Assignment —
Among the entries below, only the lines starting at the one with "v26 (85,-55,40.54)" and ending at the one with "e48 v34 v34", both included, are to be printed exactly.

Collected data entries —
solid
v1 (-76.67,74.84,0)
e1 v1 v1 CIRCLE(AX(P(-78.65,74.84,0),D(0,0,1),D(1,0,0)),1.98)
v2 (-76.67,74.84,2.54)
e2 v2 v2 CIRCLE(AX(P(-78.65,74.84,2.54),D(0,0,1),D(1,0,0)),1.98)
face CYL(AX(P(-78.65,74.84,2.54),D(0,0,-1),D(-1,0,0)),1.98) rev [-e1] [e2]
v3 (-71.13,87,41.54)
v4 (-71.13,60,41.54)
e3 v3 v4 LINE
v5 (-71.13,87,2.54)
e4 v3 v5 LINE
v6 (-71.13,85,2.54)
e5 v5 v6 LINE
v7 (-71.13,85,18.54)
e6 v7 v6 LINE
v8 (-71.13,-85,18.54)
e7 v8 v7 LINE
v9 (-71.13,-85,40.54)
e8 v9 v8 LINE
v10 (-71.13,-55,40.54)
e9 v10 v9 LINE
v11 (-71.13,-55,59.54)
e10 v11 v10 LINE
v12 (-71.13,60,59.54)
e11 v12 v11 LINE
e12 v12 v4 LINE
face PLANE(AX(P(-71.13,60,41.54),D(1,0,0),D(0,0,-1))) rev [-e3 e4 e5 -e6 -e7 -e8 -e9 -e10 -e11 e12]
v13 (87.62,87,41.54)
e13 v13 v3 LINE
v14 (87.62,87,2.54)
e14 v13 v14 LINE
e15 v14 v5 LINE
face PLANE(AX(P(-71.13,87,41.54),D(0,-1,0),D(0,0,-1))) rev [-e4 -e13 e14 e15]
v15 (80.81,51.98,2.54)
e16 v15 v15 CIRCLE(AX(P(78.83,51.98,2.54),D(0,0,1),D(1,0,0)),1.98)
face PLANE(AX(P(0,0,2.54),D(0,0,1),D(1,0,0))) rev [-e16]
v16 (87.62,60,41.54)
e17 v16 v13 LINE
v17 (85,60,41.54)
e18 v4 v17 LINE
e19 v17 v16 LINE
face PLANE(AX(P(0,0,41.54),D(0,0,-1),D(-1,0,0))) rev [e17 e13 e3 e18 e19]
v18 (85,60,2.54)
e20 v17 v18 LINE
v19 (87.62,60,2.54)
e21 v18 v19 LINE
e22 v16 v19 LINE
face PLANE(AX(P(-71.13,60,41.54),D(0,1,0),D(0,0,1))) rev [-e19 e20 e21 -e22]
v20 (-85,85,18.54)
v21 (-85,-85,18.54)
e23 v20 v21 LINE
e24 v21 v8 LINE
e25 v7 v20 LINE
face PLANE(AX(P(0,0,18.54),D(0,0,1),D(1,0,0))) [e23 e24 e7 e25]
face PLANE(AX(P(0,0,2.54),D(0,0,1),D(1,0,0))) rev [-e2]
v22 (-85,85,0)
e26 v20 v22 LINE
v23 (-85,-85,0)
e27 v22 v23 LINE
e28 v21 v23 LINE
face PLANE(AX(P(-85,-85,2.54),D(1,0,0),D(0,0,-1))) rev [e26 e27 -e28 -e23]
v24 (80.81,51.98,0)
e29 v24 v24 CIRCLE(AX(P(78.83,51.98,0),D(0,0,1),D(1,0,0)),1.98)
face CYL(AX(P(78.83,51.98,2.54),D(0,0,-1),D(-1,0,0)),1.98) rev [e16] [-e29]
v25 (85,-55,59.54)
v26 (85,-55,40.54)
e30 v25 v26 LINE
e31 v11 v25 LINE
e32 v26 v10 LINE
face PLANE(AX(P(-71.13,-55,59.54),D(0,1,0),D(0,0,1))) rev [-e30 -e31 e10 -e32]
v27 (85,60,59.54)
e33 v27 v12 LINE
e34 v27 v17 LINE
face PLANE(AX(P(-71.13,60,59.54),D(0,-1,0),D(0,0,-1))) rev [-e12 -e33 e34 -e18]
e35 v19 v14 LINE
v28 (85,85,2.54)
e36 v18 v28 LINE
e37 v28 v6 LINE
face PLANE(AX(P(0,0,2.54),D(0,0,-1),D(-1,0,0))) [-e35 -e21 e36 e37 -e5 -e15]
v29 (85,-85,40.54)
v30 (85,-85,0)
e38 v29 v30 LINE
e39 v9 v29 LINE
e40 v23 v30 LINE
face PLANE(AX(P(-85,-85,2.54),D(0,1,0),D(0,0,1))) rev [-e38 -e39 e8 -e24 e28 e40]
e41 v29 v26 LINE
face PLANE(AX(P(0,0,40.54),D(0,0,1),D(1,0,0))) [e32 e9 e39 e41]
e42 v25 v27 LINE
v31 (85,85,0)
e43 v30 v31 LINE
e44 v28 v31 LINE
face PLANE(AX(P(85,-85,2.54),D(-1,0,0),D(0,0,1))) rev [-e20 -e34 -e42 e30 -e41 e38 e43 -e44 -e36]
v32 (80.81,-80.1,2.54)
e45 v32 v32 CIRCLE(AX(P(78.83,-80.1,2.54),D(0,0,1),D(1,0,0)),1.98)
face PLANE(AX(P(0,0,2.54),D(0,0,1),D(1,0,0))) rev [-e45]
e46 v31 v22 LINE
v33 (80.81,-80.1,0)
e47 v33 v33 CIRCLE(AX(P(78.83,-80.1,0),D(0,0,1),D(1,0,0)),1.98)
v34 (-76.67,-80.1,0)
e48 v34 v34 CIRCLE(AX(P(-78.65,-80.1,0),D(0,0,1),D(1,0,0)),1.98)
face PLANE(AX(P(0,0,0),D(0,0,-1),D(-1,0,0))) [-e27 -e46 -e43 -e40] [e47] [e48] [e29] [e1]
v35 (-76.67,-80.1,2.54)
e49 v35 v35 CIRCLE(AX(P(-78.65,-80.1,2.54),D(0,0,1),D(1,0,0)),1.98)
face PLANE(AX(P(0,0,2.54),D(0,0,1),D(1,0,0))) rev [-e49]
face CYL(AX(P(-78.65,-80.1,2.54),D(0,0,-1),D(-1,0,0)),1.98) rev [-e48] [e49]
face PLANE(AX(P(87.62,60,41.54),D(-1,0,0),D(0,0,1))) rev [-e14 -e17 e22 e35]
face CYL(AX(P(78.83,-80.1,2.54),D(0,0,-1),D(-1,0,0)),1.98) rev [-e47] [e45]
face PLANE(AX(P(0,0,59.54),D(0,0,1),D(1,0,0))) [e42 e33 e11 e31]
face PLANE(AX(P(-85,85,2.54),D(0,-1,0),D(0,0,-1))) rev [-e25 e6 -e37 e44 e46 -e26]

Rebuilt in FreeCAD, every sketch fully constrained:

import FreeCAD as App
import Part
import Sketcher
from FreeCAD import Vector
Q = App.Units.Quantity

doc = App.newDocument("Part")
params = doc.addObject("Spreadsheet::Sheet", "Params")
for row, (alias, value) in enumerate([
    ("sketch1_diameter", "3.96 mm"),
    ("sketch1_width", "170 mm"),
    ("pad1_length", "2.54 mm"),
    ("sketch2_height", "27 mm"),
    ("sketch2_width", "158.75 mm"),
    ("pad2_length", "39 mm"),
    ("sketch3_height", "170 mm"),
    ("sketch3_width", "13.87 mm"),
    ("pad3_length", "16 mm"),
    ("sketch4_height", "30 mm"),
    ("sketch4_width", "156.13 mm"),
    ("pad4_length", "38 mm"),
    ("sketch5_height", "115 mm"),
    ("sketch5_width", "156.13 mm"),
    ("pad5_length", "57 mm"),
], start=1):
    params.set(f"A{row}", alias)
    params.set(f"B{row}", "=" + value)
    params.setAlias(f"B{row}", alias)

body = doc.addObject("PartDesign::Body", "Body")

# Sketch on XY plane
sketch1 = body.newObject("Sketcher::SketchObject", "Sketch")
sketch1.AttachmentSupport = (doc.getObject("XY_Plane"), [""])
sketch1.MapMode = "FlatFace"
sketch1.addGeometry([
    Part.LineSegment(Vector(-85, 85, 0), Vector(-85, -85, 0)),  # 0
    Part.LineSegment(Vector(-85, -85, 0), Vector(85, -85, 0)),  # 1
    Part.LineSegment(Vector(85, -85, 0), Vector(85, 85, 0)),  # 2
    Part.LineSegment(Vector(85, 85, 0), Vector(-85, 85, 0)),  # 3
    Part.Circle(Vector(-78.7, -80.1, 0), Vector(0, 0, 1), 2),  # 4
    Part.Circle(Vector(78.8, -80.1, 0), Vector(0, 0, 1), 2),  # 5
    Part.Circle(Vector(-78.7, 74.8, 0), Vector(0, 0, 1), 2),  # 6
    Part.Circle(Vector(78.8, 52, 0), Vector(0, 0, 1), 2),  # 7
], False)
sketch1.addConstraint([
    Sketcher.Constraint("Coincident", 0, 2, 1, 1),
    Sketcher.Constraint("Coincident", 1, 2, 2, 1),
    Sketcher.Constraint("Coincident", 2, 2, 3, 1),
    Sketcher.Constraint("Coincident", 3, 2, 0, 1),
    Sketcher.Constraint("Vertical", 0),
    Sketcher.Constraint("Horizontal", 1),
    Sketcher.Constraint("Vertical", 2),
    Sketcher.Constraint("Horizontal", 3),
    Sketcher.Constraint("Equal", 4, 5),
    Sketcher.Constraint("Equal", 5, 6),
    Sketcher.Constraint("Equal", 6, 7),
    Sketcher.Constraint("Symmetric", 0, 2, 2, 2, -1, 1),
    Sketcher.Constraint("Horizontal", 4, 3, 5, 3),
    Sketcher.Constraint("Vertical", 4, 3, 6, 3),
    Sketcher.Constraint("Vertical", 5, 3, 7, 3),
    Sketcher.Constraint("Equal", 3, 0),
    Sketcher.Constraint("Diameter", 4, Q("3.96 mm")),
    Sketcher.Constraint("DistanceX", 1, 1, 1, 2, Q("170 mm")),
    Sketcher.Constraint("DistanceY", 4, 3, -1, 1, Q("80.1 mm")),
    Sketcher.Constraint("DistanceX", 4, 3, -1, 1, Q("78.65 mm")),
    Sketcher.Constraint("DistanceX", -1, 1, 5, 3, Q("78.83 mm")),
    Sketcher.Constraint("DistanceY", -1, 1, 6, 3, Q("74.84 mm")),
    Sketcher.Constraint("DistanceY", -1, 1, 7, 3, Q("51.98 mm")),
])
sketch1.setExpression("Constraints[16]", "Params.sketch1_diameter")
sketch1.setExpression("Constraints[17]", "Params.sketch1_width")
pad1 = body.newObject("PartDesign::Pad", "Pad")
pad1.Profile = sketch1
pad1.setExpression("Length", "Params.pad1_length")

# Sketch on XY plane
sketch2 = body.newObject("Sketcher::SketchObject", "Sketch001")
sketch2.AttachmentSupport = (doc.getObject("XY_Plane"), [""])
sketch2.MapMode = "FlatFace"
sketch2.AttachmentOffset = App.Placement(Vector(0, 0, 2.54), App.Rotation())
sketch2.addGeometry([
    Part.LineSegment(Vector(-71, 87, 0), Vector(-71, 60, 0)),
    Part.LineSegment(Vector(-71, 60, 0), Vector(88, 60, 0)),
    Part.LineSegment(Vector(88, 60, 0), Vector(88, 87, 0)),
    Part.LineSegment(Vector(88, 87, 0), Vector(-71, 87, 0)),
], False)
sketch2.addConstraint([
    Sketcher.Constraint("Coincident", 0, 2, 1, 1),
    Sketcher.Constraint("Coincident", 1, 2, 2, 1),
    Sketcher.Constraint("Coincident", 2, 2, 3, 1),
    Sketcher.Constraint("Coincident", 3, 2, 0, 1),
    Sketcher.Constraint("Vertical", 0),
    Sketcher.Constraint("Horizontal", 1),
    Sketcher.Constraint("Vertical", 2),
    Sketcher.Constraint("Horizontal", 3),
    Sketcher.Constraint("DistanceY", 0, 2, 0, 1, Q("27 mm")),
    Sketcher.Constraint("DistanceY", -1, 1, 0, 2, Q("60 mm")),
    Sketcher.Constraint("DistanceX", 1, 1, 1, 2, Q("158.75 mm")),
    Sketcher.Constraint("DistanceX", 0, 2, -1, 1, Q("71.13 mm")),
])
sketch2.setExpression("Constraints[8]", "Params.sketch2_height")
sketch2.setExpression("Constraints[10]", "Params.sketch2_width")
pad2 = body.newObject("PartDesign::Pad", "Pad001")
pad2.Profile = sketch2
pad2.setExpression("Length", "Params.pad2_length")

# Sketch on XY plane
sketch3 = body.newObject("Sketcher::SketchObject", "Sketch002")
sketch3.AttachmentSupport = (doc.getObject("XY_Plane"), [""])
sketch3.MapMode = "FlatFace"
sketch3.AttachmentOffset = App.Placement(Vector(0, 0, 2.54), App.Rotation())
sketch3.addGeometry([
    Part.LineSegment(Vector(-85, 85, 0), Vector(-85, -85, 0)),
    Part.LineSegment(Vector(-85, -85, 0), Vector(-71, -85, 0)),
    Part.LineSegment(Vector(-71, -85, 0), Vector(-71, 85, 0)),
    Part.LineSegment(Vector(-71, 85, 0), Vector(-85, 85, 0)),
], False)
sketch3.addConstraint([
    Sketcher.Constraint("Coincident", 0, 2, 1, 1),
    Sketcher.Constraint("Coincident", 1, 2, 2, 1),
    Sketcher.Constraint("Coincident", 2, 2, 3, 1),
    Sketcher.Constraint("Coincident", 3, 2, 0, 1),
    Sketcher.Constraint("Vertical", 0),
    Sketcher.Constraint("Horizontal", 1),
    Sketcher.Constraint("Vertical", 2),
    Sketcher.Constraint("Horizontal", 3),
    Sketcher.Constraint("DistanceY", 0, 2, 0, 1, Q("170 mm")),
    Sketcher.Constraint("DistanceX", 0, 2, -1, 1, Q("85 mm")),
    Sketcher.Constraint("DistanceY", 0, 2, -1, 1, Q("85 mm")),
    Sketcher.Constraint("DistanceX", 1, 1, 1, 2, Q("13.87 mm")),
])
sketch3.setExpression("Constraints[8]", "Params.sketch3_height")
sketch3.setExpression("Constraints[11]", "Params.sketch3_width")
pad3 = body.newObject("PartDesign::Pad", "Pad002")
pad3.Profile = sketch3
pad3.setExpression("Length", "Params.pad3_length")

# Sketch on XY plane
sketch4 = body.newObject("Sketcher::SketchObject", "Sketch003")
sketch4.AttachmentSupport = (doc.getObject("XY_Plane"), [""])
sketch4.MapMode = "FlatFace"
sketch4.AttachmentOffset = App.Placement(Vector(0, 0, 2.54), App.Rotation())
sketch4.addGeometry([
    Part.LineSegment(Vector(-71, -55, 0), Vector(-71, -85, 0)),
    Part.LineSegment(Vector(-71, -85, 0), Vector(85, -85, 0)),
    Part.LineSegment(Vector(85, -85, 0), Vector(85, -55, 0)),
    Part.LineSegment(Vector(85, -55, 0), Vector(-71, -55, 0)),
], False)
sketch4.addConstraint([
    Sketcher.Constraint("Coincident", 0, 2, 1, 1),
    Sketcher.Constraint("Coincident", 1, 2, 2, 1),
    Sketcher.Constraint("Coincident", 2, 2, 3, 1),
    Sketcher.Constraint("Coincident", 3, 2, 0, 1),
    Sketcher.Constraint("Vertical", 0),
    Sketcher.Constraint("Horizontal", 1),
    Sketcher.Constraint("Vertical", 2),
    Sketcher.Constraint("Horizontal", 3),
    Sketcher.Constraint("DistanceY", 0, 2, 0, 1, Q("30 mm")),
    Sketcher.Constraint("DistanceY", 0, 2, -1, 1, Q("85 mm")),
    Sketcher.Constraint("DistanceX", -1, 1, 1, 2, Q("85 mm")),
    Sketcher.Constraint("DistanceX", 1, 1, 1, 2, Q("156.13 mm")),
])
sketch4.setExpression("Constraints[8]", "Params.sketch4_height")
sketch4.setExpression("Constraints[11]", "Params.sketch4_width")
pad4 = body.newObject("PartDesign::Pad", "Pad003")
pad4.Profile = sketch4
pad4.setExpression("Length", "Params.pad4_length")

# Sketch on XY plane
sketch5 = body.newObject("Sketcher::SketchObject", "Sketch004")
sketch5.AttachmentSupport = (doc.getObject("XY_Plane"), [""])
sketch5.MapMode = "FlatFace"
sketch5.AttachmentOffset = App.Placement(Vector(0, 0, 2.54), App.Rotation())
sketch5.addGeometry([
    Part.LineSegment(Vector(-71, 60, 0), Vector(-71, -55, 0)),
    Part.LineSegment(Vector(-71, -55, 0), Vector(85, -55, 0)),
    Part.LineSegment(Vector(85, -55, 0), Vector(85, 60, 0)),
    Part.LineSegment(Vector(85, 60, 0), Vector(-71, 60, 0)),
], False)
sketch5.addConstraint([
    Sketcher.Constraint("Coincident", 0, 2, 1, 1),
    Sketcher.Constraint("Coincident", 1, 2, 2, 1),
    Sketcher.Constraint("Coincident", 2, 2, 3, 1),
    Sketcher.Constraint("Coincident", 3, 2, 0, 1),
    Sketcher.Constraint("Vertical", 0),
    Sketcher.Constraint("Horizontal", 1),
    Sketcher.Constraint("Vertical", 2),
    Sketcher.Constraint("Horizontal", 3),
    Sketcher.Constraint("DistanceY", 0, 2, 0, 1, Q("115 mm")),
    Sketcher.Constraint("DistanceY", 0, 2, -1, 1, Q("55 mm")),
    Sketcher.Constraint("DistanceX", -1, 1, 1, 2, Q("85 mm")),
    Sketcher.Constraint("DistanceX", 1, 1, 1, 2, Q("156.13 mm")),
])
sketch5.setExpression("Constraints[8]", "Params.sketch5_height")
sketch5.setExpression("Constraints[11]", "Params.sketch5_width")
pad5 = body.newObject("PartDesign::Pad", "Pad004")
pad5.Profile = sketch5
pad5.setExpression("Length", "Params.pad5_length")

doc.recompute()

Exercise solution —
v26 (85,-55,40.54)
e30 v25 v26 LINE
e31 v11 v25 LINE
e32 v26 v10 LINE
face PLANE(AX(P(-71.13,-55,59.54),D(0,1,0),D(0,0,1))) rev [-e30 -e31 e10 -e32]
v27 (85,60,59.54)
e33 v27 v12 LINE
e34 v27 v17 LINE
face PLANE(AX(P(-71.13,60,59.54),D(0,-1,0),D(0,0,-1))) rev [-e12 -e33 e34 -e18]
e35 v19 v14 LINE
v28 (85,85,2.54)
e36 v18 v28 LINE
e37 v28 v6 LINE
face PLANE(AX(P(0,0,2.54),D(0,0,-1),D(-1,0,0))) [-e35 -e21 e36 e37 -e5 -e15]
v29 (85,-85,40.54)
v30 (85,-85,0)
e38 v29 v30 LINE
e39 v9 v29 LINE
e40 v23 v30 LINE
face PLANE(AX(P(-85,-85,2.54),D(0,1,0),D(0,0,1))) rev [-e38 -e39 e8 -e24 e28 e40]
e41 v29 v26 LINE
face PLANE(AX(P(0,0,40.54),D(0,0,1),D(1,0,0))) [e32 e9 e39 e41]
e42 v25 v27 LINE
v31 (85,85,0)
e43 v30 v31 LINE
e44 v28 v31 LINE
face PLANE(AX(P(85,-85,2.54),D(-1,0,0),D(0,0,1))) rev [-e20 -e34 -e42 e30 -e41 e38 e43 -e44 -e36]
v32 (80.81,-80.1,2.54)
e45 v32 v32 CIRCLE(AX(P(78.83,-80.1,2.54),D(0,0,1),D(1,0,0)),1.98)
face PLANE(AX(P(0,0,2.54),D(0,0,1),D(1,0,0))) rev [-e45]
e46 v31 v22 LINE
v33 (80.81,-80.1,0)
e47 v33 v33 CIRCLE(AX(P(78.83,-80.1,0),D(0,0,1),D(1,0,0)),1.98)
v34 (-76.67,-80.1,0)
e48 v34 v34 CIRCLE(AX(P(-78.65,-80.1,0),D(0,0,1),D(1,0,0)),1.98)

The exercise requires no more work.